Holiday Belly Bulge? There’s a Fix for That!

They say that people don’t eat your food, they wear it, and the holidays prove that saying to be true more than any other time of year. On average, Americans gain five pounds during the holiday season (the days between Halloween and New Year’s Day), but there’s no need to wallow in guilt over it. A bit of focus and the willingness to change small habits over a period of time will have that holiday belly bulge gone in no time.

What Type of Workout?
The most effective workout for weight loss is the one that will get done. Choose something that is not only effective, but also fun. If someone hates running, they should not commit to signing up for a 5k in order to force themselves to work out. There is no need for extreme measures. The recommended amount of time to workout is 150 minutes of moderate exercise per week, or 75 minutes of vigorous exercise per week. It is even possible to get fit in the comfort of home.
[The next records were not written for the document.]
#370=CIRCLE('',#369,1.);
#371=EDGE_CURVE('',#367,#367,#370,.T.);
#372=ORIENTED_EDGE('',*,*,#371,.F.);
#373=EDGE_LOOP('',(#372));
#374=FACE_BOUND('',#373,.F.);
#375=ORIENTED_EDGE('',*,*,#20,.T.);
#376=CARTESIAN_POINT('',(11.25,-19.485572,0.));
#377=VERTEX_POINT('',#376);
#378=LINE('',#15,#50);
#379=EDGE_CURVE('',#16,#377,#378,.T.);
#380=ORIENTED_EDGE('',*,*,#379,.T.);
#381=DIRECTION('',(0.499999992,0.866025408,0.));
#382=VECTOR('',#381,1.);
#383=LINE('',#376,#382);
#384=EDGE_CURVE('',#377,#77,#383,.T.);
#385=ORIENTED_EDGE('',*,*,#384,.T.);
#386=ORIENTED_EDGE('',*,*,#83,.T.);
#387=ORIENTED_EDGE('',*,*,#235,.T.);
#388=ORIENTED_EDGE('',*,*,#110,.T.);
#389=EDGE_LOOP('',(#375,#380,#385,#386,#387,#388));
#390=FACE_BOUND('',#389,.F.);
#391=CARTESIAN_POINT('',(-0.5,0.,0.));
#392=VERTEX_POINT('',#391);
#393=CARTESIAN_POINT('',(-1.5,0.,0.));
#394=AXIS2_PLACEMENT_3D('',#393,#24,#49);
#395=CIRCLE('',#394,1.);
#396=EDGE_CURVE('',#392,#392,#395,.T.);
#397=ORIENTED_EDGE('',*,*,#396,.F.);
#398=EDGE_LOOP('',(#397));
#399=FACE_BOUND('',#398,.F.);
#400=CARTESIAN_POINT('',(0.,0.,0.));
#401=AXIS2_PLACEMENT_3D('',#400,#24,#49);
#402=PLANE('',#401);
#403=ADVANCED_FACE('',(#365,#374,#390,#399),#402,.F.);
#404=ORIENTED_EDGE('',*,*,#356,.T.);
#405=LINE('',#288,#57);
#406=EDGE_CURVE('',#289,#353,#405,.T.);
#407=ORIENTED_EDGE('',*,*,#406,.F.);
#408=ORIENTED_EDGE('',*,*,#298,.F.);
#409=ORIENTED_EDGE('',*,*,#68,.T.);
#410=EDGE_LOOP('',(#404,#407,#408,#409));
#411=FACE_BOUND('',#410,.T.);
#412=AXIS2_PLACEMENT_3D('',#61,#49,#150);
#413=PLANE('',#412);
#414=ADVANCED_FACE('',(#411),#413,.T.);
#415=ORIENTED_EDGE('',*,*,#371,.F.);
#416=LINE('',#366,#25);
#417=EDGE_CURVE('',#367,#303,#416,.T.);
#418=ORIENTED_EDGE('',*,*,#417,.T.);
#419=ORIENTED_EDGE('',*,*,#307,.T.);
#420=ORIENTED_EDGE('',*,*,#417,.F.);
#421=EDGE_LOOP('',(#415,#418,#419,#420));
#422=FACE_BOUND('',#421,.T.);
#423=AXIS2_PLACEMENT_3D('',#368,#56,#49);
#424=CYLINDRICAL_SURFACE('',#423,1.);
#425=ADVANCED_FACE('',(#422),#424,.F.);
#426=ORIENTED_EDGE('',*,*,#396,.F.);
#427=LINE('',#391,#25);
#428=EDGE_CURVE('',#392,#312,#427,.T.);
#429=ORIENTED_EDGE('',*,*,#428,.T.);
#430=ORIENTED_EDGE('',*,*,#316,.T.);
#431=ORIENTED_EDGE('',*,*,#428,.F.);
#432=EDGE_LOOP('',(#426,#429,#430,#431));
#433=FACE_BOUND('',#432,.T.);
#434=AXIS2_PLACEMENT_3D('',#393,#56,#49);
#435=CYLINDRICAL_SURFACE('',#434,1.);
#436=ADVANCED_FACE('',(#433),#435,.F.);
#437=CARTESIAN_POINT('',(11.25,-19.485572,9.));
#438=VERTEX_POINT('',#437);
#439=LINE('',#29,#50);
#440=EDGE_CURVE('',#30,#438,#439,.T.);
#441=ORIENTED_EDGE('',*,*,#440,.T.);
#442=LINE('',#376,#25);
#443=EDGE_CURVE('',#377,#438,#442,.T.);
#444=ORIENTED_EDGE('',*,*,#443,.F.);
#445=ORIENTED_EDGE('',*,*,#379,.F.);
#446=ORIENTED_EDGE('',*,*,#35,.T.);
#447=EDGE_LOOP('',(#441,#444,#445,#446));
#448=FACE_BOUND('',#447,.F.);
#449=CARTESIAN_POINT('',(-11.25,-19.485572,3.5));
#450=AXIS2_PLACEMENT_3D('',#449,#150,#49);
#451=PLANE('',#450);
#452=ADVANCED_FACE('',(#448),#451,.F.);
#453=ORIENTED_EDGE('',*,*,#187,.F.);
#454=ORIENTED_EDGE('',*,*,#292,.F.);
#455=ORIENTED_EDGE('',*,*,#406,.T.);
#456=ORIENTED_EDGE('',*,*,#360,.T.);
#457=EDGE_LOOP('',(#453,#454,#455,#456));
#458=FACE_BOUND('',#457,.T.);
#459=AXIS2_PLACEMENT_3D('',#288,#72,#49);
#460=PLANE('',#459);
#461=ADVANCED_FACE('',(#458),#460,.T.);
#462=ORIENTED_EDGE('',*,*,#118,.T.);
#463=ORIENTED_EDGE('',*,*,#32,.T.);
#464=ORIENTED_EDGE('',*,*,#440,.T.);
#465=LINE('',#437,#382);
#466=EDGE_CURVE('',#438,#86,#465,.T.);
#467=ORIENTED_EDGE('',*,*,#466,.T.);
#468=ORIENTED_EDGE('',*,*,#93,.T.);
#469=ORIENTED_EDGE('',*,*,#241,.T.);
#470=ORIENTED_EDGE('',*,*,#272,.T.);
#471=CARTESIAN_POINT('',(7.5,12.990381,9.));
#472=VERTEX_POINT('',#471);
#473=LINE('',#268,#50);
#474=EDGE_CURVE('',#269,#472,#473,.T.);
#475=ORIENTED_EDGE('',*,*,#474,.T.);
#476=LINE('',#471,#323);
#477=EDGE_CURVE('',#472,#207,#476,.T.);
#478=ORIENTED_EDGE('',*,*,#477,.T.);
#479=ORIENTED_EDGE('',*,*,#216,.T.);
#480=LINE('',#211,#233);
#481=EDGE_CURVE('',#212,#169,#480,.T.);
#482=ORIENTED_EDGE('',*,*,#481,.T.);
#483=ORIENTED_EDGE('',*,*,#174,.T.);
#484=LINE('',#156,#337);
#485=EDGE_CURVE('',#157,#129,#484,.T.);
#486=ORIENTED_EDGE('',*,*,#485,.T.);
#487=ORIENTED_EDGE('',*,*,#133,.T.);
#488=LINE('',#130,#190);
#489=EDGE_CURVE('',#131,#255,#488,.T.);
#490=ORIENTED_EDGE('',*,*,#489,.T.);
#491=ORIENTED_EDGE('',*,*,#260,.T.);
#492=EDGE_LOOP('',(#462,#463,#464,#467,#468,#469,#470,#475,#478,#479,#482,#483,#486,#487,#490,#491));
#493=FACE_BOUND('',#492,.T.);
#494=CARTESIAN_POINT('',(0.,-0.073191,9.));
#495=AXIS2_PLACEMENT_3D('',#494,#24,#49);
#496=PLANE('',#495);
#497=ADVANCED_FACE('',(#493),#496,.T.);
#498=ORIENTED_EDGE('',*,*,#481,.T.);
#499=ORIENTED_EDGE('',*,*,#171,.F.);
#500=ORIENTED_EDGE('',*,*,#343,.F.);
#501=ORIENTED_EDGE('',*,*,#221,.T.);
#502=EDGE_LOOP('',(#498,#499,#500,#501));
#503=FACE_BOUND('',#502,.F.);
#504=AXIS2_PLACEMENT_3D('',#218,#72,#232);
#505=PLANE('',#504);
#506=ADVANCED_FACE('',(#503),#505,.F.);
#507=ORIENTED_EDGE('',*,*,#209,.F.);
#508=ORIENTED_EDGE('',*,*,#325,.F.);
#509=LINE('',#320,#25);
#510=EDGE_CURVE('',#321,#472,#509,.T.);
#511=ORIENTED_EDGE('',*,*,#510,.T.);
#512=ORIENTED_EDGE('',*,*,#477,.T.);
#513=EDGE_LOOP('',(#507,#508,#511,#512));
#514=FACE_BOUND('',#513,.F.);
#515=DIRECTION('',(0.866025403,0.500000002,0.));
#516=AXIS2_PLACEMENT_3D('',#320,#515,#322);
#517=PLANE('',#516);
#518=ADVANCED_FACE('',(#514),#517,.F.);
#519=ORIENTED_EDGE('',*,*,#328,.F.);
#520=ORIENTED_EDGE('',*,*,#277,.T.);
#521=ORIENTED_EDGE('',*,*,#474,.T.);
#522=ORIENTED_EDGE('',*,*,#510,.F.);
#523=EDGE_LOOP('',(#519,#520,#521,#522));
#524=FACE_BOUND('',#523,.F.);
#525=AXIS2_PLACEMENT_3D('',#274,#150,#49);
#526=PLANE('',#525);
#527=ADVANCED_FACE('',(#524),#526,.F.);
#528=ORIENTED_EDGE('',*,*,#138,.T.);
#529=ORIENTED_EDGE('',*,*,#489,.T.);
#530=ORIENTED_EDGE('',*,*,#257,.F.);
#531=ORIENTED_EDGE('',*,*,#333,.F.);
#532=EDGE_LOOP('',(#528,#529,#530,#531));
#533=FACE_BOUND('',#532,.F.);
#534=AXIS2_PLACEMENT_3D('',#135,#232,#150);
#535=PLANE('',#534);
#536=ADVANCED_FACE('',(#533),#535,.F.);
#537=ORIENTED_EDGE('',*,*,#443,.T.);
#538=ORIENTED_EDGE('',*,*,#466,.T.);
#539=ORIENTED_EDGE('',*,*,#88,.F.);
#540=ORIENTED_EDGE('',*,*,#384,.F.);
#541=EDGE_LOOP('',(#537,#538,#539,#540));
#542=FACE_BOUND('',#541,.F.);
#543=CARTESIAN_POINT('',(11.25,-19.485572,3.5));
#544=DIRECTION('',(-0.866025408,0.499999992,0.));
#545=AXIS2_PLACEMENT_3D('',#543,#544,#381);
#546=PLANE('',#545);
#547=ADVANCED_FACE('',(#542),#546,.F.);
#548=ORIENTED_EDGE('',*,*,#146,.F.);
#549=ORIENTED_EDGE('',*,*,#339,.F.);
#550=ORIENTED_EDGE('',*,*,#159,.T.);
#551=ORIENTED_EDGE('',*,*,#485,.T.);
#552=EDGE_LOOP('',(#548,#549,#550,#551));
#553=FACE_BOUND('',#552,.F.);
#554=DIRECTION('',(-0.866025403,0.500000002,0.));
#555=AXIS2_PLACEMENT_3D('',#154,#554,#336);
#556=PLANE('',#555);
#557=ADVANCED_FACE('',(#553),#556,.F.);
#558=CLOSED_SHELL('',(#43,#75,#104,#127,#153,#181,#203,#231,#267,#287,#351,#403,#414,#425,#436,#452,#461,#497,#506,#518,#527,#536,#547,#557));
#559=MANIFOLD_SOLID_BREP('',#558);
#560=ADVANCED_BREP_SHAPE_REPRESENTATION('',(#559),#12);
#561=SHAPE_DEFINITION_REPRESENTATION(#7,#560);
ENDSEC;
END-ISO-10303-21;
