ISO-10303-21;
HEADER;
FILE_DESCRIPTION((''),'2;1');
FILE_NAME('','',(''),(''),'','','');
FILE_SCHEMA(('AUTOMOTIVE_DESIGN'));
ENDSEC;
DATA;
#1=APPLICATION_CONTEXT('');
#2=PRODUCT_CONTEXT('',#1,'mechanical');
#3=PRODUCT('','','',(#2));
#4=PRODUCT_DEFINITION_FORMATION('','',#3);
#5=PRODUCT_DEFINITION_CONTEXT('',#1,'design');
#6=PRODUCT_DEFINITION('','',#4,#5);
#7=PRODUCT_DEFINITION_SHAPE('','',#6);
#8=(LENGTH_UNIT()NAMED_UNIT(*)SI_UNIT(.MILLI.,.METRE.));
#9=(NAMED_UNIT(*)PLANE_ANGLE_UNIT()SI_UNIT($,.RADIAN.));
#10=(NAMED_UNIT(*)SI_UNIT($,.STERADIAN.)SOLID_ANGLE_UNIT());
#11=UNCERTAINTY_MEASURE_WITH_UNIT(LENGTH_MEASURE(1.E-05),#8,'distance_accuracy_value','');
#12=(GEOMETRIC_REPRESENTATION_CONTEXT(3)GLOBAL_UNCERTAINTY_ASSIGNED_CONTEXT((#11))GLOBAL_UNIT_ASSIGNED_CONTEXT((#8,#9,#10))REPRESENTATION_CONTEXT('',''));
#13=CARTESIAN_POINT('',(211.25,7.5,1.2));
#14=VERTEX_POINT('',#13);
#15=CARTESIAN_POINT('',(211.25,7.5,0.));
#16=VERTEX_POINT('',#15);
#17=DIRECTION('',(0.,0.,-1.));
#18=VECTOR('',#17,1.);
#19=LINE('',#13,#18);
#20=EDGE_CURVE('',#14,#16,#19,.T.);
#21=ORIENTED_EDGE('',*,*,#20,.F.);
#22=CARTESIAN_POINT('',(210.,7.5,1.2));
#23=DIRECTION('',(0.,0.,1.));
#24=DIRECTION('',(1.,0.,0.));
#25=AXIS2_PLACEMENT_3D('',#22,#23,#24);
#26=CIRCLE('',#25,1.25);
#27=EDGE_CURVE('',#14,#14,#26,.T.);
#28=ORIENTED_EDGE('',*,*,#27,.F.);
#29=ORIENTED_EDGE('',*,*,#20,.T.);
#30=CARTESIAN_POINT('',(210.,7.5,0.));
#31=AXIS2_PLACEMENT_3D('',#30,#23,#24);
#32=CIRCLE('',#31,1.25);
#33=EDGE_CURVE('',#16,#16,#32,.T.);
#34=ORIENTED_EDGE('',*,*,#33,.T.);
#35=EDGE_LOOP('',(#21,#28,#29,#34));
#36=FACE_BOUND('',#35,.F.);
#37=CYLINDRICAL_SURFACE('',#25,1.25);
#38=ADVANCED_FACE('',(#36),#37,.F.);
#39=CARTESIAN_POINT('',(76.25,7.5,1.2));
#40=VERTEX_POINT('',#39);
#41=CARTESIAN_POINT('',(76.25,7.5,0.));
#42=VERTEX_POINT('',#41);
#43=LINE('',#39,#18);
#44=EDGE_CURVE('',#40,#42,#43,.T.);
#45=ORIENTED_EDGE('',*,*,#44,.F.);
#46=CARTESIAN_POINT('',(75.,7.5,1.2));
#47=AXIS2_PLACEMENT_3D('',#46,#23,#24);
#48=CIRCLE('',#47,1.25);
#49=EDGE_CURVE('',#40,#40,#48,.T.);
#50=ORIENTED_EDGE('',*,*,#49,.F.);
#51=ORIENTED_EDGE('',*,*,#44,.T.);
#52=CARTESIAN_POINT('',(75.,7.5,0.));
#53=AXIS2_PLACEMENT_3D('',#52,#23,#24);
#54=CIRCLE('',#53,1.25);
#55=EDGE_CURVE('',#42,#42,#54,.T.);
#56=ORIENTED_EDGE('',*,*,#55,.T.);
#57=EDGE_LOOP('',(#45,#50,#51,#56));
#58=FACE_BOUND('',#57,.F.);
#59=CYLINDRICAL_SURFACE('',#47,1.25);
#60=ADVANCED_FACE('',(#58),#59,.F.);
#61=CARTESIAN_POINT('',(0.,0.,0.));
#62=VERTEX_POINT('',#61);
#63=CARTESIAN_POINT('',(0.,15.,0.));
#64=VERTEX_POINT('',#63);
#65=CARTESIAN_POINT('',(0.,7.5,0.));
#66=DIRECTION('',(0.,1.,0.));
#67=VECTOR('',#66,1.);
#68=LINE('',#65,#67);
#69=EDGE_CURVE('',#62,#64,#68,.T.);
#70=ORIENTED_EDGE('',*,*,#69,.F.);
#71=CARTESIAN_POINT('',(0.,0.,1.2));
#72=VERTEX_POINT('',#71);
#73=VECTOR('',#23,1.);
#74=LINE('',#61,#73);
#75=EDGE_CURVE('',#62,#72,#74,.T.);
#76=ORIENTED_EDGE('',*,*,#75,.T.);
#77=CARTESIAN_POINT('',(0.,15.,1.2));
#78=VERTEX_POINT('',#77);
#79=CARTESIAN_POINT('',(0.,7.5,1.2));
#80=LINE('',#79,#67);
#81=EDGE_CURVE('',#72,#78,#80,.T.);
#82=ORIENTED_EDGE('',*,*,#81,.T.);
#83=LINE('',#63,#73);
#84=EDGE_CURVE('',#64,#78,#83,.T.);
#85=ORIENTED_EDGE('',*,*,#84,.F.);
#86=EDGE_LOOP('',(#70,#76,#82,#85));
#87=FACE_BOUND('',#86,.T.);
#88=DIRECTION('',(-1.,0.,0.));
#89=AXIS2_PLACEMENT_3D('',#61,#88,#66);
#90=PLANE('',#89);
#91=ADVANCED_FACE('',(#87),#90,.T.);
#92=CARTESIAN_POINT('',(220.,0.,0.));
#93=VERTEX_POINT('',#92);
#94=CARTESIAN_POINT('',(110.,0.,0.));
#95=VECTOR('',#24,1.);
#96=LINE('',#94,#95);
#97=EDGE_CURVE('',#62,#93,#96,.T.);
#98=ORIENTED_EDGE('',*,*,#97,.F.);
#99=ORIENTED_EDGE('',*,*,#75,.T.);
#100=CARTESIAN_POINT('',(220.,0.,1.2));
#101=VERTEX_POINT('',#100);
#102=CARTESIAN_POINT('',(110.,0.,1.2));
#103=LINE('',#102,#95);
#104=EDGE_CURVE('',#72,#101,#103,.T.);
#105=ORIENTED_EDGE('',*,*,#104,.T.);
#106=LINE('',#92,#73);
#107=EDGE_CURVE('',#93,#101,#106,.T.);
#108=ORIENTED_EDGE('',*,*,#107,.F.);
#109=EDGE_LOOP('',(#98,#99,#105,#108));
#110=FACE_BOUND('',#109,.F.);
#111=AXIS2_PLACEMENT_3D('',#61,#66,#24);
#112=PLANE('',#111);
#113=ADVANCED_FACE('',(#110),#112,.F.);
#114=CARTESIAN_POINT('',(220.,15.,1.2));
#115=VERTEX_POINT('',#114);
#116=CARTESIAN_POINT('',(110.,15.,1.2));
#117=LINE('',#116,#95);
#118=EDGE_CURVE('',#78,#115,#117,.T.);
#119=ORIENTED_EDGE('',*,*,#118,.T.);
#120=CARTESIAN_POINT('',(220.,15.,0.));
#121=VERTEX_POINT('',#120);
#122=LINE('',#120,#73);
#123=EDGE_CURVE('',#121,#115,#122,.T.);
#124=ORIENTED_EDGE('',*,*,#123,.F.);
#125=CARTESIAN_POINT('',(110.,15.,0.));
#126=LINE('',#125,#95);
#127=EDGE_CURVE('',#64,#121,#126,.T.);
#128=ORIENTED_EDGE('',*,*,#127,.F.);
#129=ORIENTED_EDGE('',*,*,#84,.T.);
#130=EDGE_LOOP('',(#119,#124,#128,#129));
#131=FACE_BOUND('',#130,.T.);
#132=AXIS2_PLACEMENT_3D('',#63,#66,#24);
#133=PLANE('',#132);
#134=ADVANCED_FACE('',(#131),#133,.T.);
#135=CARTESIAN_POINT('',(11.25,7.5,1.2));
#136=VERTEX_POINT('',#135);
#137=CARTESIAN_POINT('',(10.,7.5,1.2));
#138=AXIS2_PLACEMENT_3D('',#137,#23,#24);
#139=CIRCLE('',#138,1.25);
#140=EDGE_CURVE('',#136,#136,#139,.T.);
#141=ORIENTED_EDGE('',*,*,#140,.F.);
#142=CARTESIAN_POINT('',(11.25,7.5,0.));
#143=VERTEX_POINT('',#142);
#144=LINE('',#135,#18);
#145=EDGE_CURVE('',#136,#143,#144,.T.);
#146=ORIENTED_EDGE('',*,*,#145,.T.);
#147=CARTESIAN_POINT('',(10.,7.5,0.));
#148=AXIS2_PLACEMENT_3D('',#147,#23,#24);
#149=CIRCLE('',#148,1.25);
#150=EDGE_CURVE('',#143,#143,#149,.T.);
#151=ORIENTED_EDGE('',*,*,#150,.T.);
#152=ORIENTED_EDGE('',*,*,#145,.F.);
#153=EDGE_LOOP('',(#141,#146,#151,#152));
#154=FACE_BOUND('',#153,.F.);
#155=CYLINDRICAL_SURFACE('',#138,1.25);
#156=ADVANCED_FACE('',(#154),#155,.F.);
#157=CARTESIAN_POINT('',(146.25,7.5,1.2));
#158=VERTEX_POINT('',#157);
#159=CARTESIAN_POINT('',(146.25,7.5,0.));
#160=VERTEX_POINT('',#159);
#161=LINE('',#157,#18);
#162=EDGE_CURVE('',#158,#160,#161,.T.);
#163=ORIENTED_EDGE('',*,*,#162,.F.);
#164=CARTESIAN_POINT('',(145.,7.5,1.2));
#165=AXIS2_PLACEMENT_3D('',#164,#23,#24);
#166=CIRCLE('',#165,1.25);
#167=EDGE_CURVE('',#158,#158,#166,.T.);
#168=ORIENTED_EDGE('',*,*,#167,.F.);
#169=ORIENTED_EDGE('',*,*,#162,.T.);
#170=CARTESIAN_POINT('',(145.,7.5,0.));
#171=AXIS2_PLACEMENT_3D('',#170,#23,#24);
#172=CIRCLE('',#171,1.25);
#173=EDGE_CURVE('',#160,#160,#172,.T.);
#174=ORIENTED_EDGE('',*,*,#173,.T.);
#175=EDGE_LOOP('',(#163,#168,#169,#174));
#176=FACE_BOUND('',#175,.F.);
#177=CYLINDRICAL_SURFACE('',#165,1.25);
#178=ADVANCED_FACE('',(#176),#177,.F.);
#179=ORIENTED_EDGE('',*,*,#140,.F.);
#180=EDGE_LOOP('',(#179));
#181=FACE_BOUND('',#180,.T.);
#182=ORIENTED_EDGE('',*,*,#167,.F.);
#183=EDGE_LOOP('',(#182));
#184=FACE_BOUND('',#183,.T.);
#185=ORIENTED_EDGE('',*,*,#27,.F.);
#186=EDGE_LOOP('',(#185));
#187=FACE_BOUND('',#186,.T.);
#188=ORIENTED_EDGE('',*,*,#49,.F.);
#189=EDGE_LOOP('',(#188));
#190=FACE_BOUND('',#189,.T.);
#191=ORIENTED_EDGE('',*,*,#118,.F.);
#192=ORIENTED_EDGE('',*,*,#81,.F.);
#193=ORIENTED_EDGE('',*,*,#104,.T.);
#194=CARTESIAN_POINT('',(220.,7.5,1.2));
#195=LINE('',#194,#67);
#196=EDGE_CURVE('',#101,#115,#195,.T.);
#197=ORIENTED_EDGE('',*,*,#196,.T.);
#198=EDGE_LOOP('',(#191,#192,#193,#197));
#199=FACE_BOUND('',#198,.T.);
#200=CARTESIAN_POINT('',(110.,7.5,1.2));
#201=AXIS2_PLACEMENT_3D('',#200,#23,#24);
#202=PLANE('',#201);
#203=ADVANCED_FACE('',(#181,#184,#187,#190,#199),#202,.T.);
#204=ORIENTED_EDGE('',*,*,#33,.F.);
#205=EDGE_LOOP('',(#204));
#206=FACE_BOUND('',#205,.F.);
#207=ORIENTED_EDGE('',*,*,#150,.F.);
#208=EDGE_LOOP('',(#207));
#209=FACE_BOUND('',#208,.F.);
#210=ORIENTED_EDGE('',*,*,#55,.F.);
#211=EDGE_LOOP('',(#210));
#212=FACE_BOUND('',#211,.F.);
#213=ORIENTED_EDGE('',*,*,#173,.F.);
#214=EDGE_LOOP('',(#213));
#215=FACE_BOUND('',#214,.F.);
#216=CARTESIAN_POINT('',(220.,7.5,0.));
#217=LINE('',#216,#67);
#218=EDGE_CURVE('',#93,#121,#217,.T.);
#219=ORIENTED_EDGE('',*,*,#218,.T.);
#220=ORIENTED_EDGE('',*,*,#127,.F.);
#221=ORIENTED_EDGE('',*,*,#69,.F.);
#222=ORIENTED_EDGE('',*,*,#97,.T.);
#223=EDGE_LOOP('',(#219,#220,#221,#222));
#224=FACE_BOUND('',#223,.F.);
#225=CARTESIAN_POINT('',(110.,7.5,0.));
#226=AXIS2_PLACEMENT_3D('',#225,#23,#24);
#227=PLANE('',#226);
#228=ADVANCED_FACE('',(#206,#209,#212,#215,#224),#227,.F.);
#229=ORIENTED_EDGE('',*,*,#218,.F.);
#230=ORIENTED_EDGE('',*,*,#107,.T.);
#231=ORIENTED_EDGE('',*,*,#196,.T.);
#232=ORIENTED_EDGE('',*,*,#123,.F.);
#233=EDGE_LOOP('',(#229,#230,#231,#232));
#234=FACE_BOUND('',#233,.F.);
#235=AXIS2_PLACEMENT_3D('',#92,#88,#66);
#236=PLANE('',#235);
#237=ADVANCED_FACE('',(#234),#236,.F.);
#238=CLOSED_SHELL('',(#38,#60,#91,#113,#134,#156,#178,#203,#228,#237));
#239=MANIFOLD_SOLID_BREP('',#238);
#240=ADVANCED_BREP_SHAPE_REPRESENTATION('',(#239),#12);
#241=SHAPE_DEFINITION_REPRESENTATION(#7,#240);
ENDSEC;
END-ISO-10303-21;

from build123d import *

# Parameters (mm, degrees)
SKETCH_W     = 220
SKETCH_H     = 15
PAD_DEPTH    = 1.2
SKETCH001_R  = 1.25
POCKET_DEPTH = 1.201


with BuildPart() as part:
    # Sketch → Pad (new body)
    with BuildSketch(Plane.XY):
        with Locations((110, 7.5)):
            Rectangle(SKETCH_W, SKETCH_H)
    extrude(amount=PAD_DEPTH)

    # Sketch001 (on Face6 of Pad) → Pocket (cut, through all)
    with BuildSketch(Plane.XY.offset(1.2)):
        with Locations((10, 7.5)):
            Circle(SKETCH001_R)
        with Locations((210, 7.5)):
            Circle(SKETCH001_R)
        with Locations((75, 7.5)):
            Circle(SKETCH001_R)
        with Locations((145, 7.5)):
            Circle(SKETCH001_R)
    extrude(amount=-POCKET_DEPTH, mode=Mode.SUBTRACT)


solid = part.part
High Intensity Interval Training (H.I.I.T.)
H.I.I.T. workouts can be done in thirty minutes or less, and they torch fat. The idea is to move quickly for a short period of time, challenging the body with intense movements, such as squats, push-ups, jump squats, dips, mountain climbers, and Jumping Jacks. Pick an interval of time, and alternate the exercises with short breaks. For example, one round may look like this:
20 seconds of Jumping Jacks
10 second break
20 seconds of Body Squats
10 second break
20 seconds of Push-ups
10 second break
20 seconds of Mountain Climbers
30 second break

This pattern can be repeated five times for a solid workout. The listed exercises can be substituted with other high-intensity exercises. The idea is to keep moving while maintaining proper form. Incorrect form leads to injuries, which should be avoided at all cost. In order to avoid injury, be sure to warm up and cool down, adequately.

The Meal Plan is 80% of the Battle
The truth of the matter is that the belly bulge comes from overindulging in high-calorie meals during the holidays, not necessarily the lack of working out. As a result, caloric intake must be reduced in order to lose the weight.
Meal planning and prepping are the best strategies to employ for a solid diet plan. Write down each meal–breakfast, lunch, dinner, and snacks–each day. Make a grocery list, buy the ingredients for each meal, cook three to four days of food at once, and divide the meals into storage bowls. That way, there is no guesswork when it comes to food. This plan keeps dieters out of the fast food line and on track to reach their health goals.

There is no better way to flush out the body than making sure it is well-hydrated. A great formula to start with is this:
Calculate body weight in pounds, and divide it by two. That is the minimal amount of water, in ounces, to be consumed each day.

Consistency in following these guidelines will have those belt buckles back in pre-holiday position before Valentine’s!